They tell me it helps hold the heat in the wee hours also.


----------



## firefighterjake (Dec 20, 2011)

Wild Bill . . . nothing much to add . . . other than to say that this has been an usually warm Fall with only a few notable days of very cold weather . . . I would definitely run this stove all winter long before giving up on it . . . and as mentioned you can try adding the firebrick if things still are too warm.


----------



## Wyld Bill (Dec 23, 2011)

Ok it has been mild again & we are doing better with the stove. I guess I was quite worried about building creosote with low flue temps but you guys don't seem to see that as a problem.
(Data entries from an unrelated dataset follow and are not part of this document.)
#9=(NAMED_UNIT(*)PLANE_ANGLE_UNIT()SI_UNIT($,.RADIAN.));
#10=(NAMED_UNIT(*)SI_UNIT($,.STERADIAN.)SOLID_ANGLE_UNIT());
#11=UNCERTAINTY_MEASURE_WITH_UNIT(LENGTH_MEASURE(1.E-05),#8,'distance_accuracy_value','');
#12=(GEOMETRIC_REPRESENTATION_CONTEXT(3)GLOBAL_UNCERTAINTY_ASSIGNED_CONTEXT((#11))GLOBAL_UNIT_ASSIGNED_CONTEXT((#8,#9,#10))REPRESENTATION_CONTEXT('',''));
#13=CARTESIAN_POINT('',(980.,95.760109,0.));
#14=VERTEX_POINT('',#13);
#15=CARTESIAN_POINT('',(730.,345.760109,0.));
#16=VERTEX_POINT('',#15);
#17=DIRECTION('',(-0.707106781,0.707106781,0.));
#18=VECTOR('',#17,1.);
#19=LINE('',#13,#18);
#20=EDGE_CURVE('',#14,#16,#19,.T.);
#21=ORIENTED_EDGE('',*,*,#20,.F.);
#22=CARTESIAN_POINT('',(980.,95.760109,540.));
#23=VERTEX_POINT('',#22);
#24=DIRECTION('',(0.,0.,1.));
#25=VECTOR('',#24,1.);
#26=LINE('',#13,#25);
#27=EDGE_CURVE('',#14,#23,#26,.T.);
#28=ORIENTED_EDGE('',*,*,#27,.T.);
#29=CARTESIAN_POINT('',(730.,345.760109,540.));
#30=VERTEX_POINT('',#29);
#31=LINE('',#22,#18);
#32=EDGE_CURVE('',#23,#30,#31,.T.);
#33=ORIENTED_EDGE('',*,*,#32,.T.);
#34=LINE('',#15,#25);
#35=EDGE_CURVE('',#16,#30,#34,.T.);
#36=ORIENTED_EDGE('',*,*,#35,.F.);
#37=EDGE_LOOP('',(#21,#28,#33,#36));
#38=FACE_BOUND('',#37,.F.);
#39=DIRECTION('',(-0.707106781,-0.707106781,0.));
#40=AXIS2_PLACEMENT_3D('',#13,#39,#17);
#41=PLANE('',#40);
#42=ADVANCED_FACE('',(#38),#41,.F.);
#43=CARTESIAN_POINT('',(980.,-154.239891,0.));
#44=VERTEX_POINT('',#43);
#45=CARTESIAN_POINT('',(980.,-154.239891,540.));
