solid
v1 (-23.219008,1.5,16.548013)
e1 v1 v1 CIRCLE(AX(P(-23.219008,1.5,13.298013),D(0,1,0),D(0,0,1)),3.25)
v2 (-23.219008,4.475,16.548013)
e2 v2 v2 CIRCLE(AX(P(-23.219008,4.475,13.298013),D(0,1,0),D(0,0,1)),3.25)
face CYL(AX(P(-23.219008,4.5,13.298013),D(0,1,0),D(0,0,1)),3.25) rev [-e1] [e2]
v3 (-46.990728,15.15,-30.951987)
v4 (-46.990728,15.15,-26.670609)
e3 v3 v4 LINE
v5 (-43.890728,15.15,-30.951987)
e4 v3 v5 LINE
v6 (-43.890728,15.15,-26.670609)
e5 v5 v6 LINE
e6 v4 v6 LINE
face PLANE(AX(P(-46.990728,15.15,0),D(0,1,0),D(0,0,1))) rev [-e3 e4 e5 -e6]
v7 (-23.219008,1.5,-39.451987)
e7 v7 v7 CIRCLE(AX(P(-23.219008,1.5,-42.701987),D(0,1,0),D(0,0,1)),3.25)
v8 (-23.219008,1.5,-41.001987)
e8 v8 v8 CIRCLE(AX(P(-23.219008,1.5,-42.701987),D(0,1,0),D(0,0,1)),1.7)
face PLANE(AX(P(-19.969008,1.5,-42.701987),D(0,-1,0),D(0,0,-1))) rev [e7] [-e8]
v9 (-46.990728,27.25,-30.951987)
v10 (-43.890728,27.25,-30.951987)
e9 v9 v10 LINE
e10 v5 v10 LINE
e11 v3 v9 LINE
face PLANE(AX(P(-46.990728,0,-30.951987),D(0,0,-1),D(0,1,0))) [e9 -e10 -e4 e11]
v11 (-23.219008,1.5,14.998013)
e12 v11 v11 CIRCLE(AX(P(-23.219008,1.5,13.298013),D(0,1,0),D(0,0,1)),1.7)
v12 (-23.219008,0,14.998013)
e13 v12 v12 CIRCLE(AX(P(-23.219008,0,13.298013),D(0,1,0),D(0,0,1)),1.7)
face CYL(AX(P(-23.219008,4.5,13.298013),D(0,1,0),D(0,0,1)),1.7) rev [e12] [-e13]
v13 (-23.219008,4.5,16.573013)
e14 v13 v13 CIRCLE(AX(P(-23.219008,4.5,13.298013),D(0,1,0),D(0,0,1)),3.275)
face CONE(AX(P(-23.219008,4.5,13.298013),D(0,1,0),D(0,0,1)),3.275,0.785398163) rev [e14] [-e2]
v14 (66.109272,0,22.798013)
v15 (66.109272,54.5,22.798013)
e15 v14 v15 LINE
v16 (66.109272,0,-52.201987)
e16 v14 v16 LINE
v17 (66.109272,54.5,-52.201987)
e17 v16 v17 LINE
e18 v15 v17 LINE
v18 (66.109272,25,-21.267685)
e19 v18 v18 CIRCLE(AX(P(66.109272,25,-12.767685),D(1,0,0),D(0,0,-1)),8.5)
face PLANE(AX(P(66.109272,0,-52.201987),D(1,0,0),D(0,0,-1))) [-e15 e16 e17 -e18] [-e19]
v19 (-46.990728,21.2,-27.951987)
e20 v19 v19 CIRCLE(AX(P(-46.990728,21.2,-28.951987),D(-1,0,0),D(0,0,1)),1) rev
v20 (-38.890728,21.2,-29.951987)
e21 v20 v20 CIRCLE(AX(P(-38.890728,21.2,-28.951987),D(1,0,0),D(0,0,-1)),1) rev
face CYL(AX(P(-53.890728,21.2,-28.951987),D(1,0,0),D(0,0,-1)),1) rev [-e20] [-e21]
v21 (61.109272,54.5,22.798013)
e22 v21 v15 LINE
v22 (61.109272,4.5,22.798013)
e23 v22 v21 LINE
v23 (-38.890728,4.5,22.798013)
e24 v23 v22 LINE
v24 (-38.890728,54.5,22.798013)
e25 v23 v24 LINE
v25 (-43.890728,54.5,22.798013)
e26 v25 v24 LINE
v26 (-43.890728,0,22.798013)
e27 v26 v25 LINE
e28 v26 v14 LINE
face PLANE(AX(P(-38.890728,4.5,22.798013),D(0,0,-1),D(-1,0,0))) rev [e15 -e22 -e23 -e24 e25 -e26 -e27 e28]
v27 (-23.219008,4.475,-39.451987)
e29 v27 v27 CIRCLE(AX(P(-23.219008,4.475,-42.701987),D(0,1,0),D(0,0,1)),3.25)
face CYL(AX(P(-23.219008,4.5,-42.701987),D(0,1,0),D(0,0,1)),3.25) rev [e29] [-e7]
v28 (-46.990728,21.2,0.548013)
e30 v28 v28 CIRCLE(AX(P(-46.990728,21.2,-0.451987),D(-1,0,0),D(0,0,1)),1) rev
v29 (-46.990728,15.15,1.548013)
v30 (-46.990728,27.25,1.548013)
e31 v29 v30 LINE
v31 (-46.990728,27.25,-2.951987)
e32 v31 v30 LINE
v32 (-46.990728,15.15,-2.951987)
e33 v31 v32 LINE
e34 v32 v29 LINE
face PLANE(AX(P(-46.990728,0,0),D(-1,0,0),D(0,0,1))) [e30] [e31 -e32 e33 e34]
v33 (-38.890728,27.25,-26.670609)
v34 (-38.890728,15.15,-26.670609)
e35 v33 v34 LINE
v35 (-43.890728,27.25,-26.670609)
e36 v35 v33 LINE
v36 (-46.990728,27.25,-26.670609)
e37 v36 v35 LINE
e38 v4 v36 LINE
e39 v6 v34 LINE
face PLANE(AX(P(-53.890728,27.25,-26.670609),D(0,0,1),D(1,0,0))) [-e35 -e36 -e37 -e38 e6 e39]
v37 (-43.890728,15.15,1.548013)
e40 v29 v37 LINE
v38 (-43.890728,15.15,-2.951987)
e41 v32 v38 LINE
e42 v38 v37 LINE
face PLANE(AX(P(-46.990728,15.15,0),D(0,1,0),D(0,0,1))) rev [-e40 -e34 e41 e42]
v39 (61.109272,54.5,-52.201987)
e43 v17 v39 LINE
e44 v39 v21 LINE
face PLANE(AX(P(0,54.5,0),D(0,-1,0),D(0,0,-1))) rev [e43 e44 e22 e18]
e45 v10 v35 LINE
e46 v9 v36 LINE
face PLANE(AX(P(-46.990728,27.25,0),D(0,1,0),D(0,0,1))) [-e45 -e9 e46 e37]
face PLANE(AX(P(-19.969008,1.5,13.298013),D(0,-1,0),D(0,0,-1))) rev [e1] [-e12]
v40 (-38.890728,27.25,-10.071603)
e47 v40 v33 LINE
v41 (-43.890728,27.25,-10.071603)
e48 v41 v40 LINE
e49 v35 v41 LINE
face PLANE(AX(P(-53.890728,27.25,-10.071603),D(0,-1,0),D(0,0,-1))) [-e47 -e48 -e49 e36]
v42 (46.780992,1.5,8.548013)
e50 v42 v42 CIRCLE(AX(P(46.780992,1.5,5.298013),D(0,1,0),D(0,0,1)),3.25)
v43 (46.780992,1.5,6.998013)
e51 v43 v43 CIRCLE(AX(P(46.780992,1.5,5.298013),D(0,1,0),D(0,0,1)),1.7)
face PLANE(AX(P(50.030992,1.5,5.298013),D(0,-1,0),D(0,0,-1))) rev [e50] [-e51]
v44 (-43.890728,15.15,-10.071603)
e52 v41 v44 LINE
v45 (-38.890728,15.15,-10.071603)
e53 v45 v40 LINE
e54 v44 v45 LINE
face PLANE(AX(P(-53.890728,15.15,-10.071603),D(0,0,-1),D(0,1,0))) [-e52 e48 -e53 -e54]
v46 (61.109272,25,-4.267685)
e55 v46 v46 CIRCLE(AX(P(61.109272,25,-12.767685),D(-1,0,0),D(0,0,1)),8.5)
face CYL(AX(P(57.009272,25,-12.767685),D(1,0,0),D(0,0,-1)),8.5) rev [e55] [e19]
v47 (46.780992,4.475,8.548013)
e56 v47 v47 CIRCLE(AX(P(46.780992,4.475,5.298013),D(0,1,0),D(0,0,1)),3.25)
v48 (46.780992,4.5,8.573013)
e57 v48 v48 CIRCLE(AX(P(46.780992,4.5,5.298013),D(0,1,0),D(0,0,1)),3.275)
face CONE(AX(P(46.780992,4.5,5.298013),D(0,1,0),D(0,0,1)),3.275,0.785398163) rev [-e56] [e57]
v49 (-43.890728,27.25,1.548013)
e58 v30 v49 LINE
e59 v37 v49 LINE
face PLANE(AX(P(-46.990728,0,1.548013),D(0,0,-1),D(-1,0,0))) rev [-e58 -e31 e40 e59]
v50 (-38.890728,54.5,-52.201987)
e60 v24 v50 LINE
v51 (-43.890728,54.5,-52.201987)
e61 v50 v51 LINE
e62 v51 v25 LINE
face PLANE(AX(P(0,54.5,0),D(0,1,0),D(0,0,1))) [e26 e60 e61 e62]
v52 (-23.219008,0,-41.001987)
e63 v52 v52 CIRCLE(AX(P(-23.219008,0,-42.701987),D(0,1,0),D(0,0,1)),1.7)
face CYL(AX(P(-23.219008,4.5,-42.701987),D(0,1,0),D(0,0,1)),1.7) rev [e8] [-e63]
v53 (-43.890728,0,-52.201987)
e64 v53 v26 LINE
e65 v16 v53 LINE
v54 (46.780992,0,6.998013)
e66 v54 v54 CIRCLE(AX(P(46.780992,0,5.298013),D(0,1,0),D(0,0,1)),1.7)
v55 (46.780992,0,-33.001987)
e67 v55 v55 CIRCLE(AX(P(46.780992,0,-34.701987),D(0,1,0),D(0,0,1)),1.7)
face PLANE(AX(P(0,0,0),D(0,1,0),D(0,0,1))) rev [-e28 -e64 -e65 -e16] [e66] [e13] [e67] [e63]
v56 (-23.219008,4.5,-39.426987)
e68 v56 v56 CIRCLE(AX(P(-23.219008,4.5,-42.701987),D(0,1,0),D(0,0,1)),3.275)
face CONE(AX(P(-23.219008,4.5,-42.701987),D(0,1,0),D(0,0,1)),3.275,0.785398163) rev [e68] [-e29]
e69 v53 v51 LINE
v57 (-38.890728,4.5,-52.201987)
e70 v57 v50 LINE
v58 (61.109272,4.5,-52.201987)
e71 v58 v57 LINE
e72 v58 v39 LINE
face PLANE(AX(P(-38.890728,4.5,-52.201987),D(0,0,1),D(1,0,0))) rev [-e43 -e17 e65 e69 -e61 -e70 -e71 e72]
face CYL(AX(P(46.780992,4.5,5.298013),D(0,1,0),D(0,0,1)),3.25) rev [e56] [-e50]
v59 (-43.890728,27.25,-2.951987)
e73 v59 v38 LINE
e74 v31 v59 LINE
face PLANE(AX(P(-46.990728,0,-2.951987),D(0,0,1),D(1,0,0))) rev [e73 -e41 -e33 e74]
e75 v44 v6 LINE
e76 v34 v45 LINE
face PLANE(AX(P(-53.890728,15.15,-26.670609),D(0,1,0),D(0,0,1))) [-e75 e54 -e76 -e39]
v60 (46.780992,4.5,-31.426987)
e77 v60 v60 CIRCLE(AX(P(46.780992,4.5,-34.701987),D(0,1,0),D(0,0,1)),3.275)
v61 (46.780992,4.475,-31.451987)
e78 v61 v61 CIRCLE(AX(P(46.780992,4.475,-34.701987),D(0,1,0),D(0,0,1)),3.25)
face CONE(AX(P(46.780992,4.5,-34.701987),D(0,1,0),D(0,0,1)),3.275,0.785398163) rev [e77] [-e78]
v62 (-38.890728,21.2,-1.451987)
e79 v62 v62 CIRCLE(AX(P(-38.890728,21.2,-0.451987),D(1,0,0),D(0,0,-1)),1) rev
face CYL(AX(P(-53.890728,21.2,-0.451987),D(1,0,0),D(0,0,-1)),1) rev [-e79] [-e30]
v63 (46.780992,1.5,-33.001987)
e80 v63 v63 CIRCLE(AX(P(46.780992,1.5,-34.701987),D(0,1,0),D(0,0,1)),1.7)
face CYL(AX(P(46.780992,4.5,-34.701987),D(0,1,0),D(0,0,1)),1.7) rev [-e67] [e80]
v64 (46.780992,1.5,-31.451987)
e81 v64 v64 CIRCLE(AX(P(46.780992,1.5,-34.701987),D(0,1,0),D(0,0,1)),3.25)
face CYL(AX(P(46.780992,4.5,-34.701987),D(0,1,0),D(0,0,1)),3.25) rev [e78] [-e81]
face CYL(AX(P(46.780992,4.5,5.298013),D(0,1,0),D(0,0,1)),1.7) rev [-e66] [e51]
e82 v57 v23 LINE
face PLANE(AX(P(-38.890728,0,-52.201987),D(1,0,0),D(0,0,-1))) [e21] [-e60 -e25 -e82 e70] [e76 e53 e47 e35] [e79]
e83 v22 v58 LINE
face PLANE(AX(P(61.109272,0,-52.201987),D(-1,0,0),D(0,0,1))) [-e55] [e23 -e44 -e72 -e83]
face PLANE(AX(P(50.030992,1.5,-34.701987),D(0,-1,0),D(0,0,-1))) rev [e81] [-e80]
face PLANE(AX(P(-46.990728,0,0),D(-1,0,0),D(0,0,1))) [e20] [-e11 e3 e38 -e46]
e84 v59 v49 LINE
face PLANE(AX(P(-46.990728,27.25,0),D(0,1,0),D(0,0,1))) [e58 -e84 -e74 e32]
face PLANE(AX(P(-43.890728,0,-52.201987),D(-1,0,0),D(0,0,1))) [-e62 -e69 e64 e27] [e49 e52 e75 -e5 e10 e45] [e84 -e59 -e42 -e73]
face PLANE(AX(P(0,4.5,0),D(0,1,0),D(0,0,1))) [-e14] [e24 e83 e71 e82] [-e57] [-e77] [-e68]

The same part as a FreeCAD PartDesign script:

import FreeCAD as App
import Part
import Sketcher
from FreeCAD import Vector
Q = App.Units.Quantity


def add_polygon(sketch, points):
    """Adds a closed chain of lines whose ends are joined by coincident constraints."""
    first, n = sketch.GeometryCount, len(points)
    for a, b in zip(points, points[1:] + points[:1]):
        sketch.addGeometry(Part.LineSegment(App.Vector(*a, 0), App.Vector(*b, 0)), False)
    for i in range(n):
        sketch.addConstraint(Sketcher.Constraint("Coincident", first + i, 2, first + (i + 1) % n, 1))

doc = App.newDocument("Part")
body = doc.addObject("PartDesign::Body", "Body")

sketch1 = body.newObject("Sketcher::SketchObject", "Sketch")
sketch1.AttachmentSupport = (doc.getObject("XZ_Plane"), [""])
sketch1.MapMode = "FlatFace"
add_polygon(sketch1, [(-39, -52), (-39, 23), (61, 23), (61, -52)])
sketch1.addConstraint(Sketcher.Constraint("Vertical", 0))
sketch1.addConstraint(Sketcher.Constraint("Horizontal", 1))
sketch1.addConstraint(Sketcher.Constraint("Vertical", 2))
sketch1.addConstraint(Sketcher.Constraint("Horizontal", 3))
sketch1.addConstraint(Sketcher.Constraint("DistanceX", 1, 1, 1, 2, Q("100 mm")))
sketch1.addConstraint(Sketcher.Constraint("DistanceY", 0, 1, 0, 2, Q("75 mm")))
sketch1.addConstraint(Sketcher.Constraint("DistanceX", 0, 2, -1, 1, Q("38.890728 mm")))
sketch1.addConstraint(Sketcher.Constraint("DistanceY", -1, 1, 0, 2, Q("22.798013 mm")))
pad1 = body.newObject("PartDesign::Pad", "Pad")
pad1.Profile = sketch1
pad1.Length = 4.5
pad1.Reversed = True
So what I have been doing is getting the stove going really good, get about 1" to 2" of hot coals, then keep two to three sticks of wood on the coals with the air adjustment 80% to 100% closed. House is comfortable even with 40 degrees outdoor temps.


----------



## eujamfh (Dec 24, 2011)

Sounds as if you are getting a handle on it.  I would vote like the others - play with it for a season if not two.  Once to temp, with the cat you can choke it to near nothing so long as the cat is engaged...and with good wood, there will be near zero creosote.  OUr big Buck 91 heated us out in the shoulder season until we learned how to tweak it and when to light it off...happy holidays!


----------



## HotCoals (Dec 24, 2011)

Wyld Bill said:
			
		

> Ok it has been mild again & we are doing better with the stove. I guess I was quite worried about building creosote with low flue temps but you guys don't seem to see that as a problem. So what I have been doing is getting the stove going really good, get about 1" to 2" of hot coals, then keep two to three sticks of wood on the coals with the air adjustment 80% to 100% closed. House is comfortable even with 40 degrees outdoor temps.


Can you get it to heat without any visible flame to speak of?
Sounds to me you are getting on track. Cheers!


----------



## firefighterjake (Dec 24, 2011)

So now that the temps are in the low to mid teens Bill how is the stove working out?


----------